(Stored items)
####

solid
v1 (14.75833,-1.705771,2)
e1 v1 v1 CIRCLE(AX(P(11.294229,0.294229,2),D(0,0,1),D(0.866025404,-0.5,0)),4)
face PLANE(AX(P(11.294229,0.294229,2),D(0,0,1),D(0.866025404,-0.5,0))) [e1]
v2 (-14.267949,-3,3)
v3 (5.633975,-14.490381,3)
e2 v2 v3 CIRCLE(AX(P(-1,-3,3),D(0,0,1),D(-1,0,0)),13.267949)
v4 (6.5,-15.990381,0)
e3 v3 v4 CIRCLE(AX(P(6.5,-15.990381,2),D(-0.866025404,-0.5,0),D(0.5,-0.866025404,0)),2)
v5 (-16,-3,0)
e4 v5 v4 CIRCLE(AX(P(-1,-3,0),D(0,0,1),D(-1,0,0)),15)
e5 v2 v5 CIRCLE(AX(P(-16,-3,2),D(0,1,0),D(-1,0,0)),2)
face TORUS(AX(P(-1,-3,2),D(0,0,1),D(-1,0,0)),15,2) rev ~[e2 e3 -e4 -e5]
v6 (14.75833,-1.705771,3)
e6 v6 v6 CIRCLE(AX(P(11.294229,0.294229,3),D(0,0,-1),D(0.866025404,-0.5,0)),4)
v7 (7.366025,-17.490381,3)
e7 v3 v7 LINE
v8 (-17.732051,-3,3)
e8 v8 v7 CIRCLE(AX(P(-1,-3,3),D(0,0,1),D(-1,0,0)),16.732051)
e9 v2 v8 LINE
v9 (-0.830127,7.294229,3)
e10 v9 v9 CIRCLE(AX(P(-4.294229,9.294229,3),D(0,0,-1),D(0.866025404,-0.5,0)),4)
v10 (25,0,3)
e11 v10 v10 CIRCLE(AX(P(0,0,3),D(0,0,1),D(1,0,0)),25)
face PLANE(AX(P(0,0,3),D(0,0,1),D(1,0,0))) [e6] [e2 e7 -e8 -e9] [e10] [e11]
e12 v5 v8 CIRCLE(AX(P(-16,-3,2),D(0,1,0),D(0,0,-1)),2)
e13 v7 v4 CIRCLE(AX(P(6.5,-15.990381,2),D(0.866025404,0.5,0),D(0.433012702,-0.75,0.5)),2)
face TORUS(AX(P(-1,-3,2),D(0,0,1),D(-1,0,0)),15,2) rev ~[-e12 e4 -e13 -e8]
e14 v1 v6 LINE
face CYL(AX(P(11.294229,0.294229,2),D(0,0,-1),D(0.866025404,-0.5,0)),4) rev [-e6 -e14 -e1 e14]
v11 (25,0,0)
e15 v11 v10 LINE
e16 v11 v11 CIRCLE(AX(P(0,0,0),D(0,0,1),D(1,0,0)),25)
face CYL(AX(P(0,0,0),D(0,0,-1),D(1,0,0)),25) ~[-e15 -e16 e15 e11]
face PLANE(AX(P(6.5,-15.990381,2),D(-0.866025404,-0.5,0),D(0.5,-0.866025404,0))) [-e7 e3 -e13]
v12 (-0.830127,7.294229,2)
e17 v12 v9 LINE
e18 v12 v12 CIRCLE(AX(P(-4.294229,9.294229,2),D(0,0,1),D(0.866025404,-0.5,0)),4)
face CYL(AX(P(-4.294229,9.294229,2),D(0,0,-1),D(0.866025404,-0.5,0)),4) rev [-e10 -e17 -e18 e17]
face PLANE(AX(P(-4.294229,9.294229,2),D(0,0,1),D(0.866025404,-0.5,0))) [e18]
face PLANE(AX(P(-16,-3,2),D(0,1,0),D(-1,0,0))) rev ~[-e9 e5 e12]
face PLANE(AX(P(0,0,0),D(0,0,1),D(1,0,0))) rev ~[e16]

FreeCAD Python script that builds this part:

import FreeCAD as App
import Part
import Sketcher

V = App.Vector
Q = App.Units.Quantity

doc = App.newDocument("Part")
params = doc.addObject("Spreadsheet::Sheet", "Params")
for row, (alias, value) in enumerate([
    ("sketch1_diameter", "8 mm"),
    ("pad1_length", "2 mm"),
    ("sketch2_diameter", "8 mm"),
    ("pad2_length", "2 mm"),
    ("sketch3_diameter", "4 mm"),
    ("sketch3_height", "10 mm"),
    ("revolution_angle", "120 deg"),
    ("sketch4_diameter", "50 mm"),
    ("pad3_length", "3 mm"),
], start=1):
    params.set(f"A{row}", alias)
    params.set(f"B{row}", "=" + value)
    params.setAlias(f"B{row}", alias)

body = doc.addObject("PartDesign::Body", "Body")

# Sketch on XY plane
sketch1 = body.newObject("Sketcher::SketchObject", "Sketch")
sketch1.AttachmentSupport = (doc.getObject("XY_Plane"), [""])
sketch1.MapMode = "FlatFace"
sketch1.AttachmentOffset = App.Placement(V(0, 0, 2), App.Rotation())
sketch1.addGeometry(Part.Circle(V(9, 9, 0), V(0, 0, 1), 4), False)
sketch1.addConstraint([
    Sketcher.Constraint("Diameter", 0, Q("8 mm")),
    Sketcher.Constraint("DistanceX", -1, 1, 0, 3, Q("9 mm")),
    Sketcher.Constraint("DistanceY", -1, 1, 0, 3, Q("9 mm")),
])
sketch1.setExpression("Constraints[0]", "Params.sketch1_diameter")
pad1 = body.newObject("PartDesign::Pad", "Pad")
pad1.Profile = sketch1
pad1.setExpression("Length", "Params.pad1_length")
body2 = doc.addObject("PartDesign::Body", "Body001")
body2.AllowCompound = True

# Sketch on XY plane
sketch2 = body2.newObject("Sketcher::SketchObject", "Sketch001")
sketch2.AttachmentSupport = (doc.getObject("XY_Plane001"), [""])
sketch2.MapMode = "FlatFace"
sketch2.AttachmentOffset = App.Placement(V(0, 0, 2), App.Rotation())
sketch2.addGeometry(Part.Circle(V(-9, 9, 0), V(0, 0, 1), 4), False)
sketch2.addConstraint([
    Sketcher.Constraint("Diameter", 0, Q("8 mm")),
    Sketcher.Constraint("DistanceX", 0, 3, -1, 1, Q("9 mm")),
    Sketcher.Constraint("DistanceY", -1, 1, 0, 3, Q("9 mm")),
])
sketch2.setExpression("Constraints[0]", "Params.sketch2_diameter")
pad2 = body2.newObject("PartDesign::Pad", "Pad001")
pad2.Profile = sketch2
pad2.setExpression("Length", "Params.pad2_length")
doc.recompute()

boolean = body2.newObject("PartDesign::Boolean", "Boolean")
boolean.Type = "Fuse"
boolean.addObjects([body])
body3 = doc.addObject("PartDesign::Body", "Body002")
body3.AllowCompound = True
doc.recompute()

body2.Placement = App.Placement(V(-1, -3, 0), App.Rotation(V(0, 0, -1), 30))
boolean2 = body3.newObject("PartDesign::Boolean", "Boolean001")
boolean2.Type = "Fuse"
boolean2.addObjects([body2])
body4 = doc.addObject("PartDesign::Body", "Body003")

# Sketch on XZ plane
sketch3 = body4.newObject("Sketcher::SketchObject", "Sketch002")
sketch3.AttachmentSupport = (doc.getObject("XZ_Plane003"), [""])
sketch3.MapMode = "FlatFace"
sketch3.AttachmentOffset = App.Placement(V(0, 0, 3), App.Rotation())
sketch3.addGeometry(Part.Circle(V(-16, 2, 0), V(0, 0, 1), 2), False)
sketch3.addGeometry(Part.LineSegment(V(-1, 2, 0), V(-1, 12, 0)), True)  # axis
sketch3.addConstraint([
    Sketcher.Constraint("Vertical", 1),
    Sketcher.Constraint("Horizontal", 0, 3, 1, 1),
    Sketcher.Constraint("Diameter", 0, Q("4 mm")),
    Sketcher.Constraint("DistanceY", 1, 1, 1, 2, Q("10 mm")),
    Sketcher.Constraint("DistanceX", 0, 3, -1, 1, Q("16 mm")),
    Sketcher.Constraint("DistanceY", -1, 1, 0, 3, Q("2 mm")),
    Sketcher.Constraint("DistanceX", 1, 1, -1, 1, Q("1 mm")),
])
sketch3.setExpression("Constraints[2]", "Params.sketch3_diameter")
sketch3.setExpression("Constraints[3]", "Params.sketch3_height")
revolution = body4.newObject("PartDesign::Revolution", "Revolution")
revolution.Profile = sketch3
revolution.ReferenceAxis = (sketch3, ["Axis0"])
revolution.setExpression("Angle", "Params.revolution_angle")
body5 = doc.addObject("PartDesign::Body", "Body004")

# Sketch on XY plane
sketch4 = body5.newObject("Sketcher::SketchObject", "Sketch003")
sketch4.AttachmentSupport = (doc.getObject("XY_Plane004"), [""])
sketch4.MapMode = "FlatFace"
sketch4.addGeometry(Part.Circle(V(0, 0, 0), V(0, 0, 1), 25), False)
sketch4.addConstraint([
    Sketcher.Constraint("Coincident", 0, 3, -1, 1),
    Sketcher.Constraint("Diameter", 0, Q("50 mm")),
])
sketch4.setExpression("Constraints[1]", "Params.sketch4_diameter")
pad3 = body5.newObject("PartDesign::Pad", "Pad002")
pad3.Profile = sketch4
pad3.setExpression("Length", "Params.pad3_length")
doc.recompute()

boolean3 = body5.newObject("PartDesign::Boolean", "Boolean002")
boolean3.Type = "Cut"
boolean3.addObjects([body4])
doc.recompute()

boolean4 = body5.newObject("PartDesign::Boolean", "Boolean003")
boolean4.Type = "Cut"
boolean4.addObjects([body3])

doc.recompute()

####

• **Work to complete**
Write down, word for word, the lines above from the one containing "v11 (25,0,0)" through the one containing "FreeCAD Python script", both ends included.

• **The answer**
v11 (25,0,0)
e15 v11 v10 LINE
e16 v11 v11 CIRCLE(AX(P(0,0,0),D(0,0,1),D(1,0,0)),25)
face CYL(AX(P(0,0,0),D(0,0,-1),D(1,0,0)),25) ~[-e15 -e16 e15 e11]
face PLANE(AX(P(6.5,-15.990381,2),D(-0.866025404,-0.5,0),D(0.5,-0.866025404,0))) [-e7 e3 -e13]
v12 (-0.830127,7.294229,2)
e17 v12 v9 LINE
e18 v12 v12 CIRCLE(AX(P(-4.294229,9.294229,2),D(0,0,1),D(0.866025404,-0.5,0)),4)
face CYL(AX(P(-4.294229,9.294229,2),D(0,0,-1),D(0.866025404,-0.5,0)),4) rev [-e10 -e17 -e18 e17]
face PLANE(AX(P(-4.294229,9.294229,2),D(0,0,1),D(0.866025404,-0.5,0))) [e18]
face PLANE(AX(P(-16,-3,2),D(0,1,0),D(-1,0,0))) rev ~[-e9 e5 e12]
face PLANE(AX(P(0,0,0),D(0,0,1),D(1,0,0))) rev ~[e16]

FreeCAD Python script that builds this part:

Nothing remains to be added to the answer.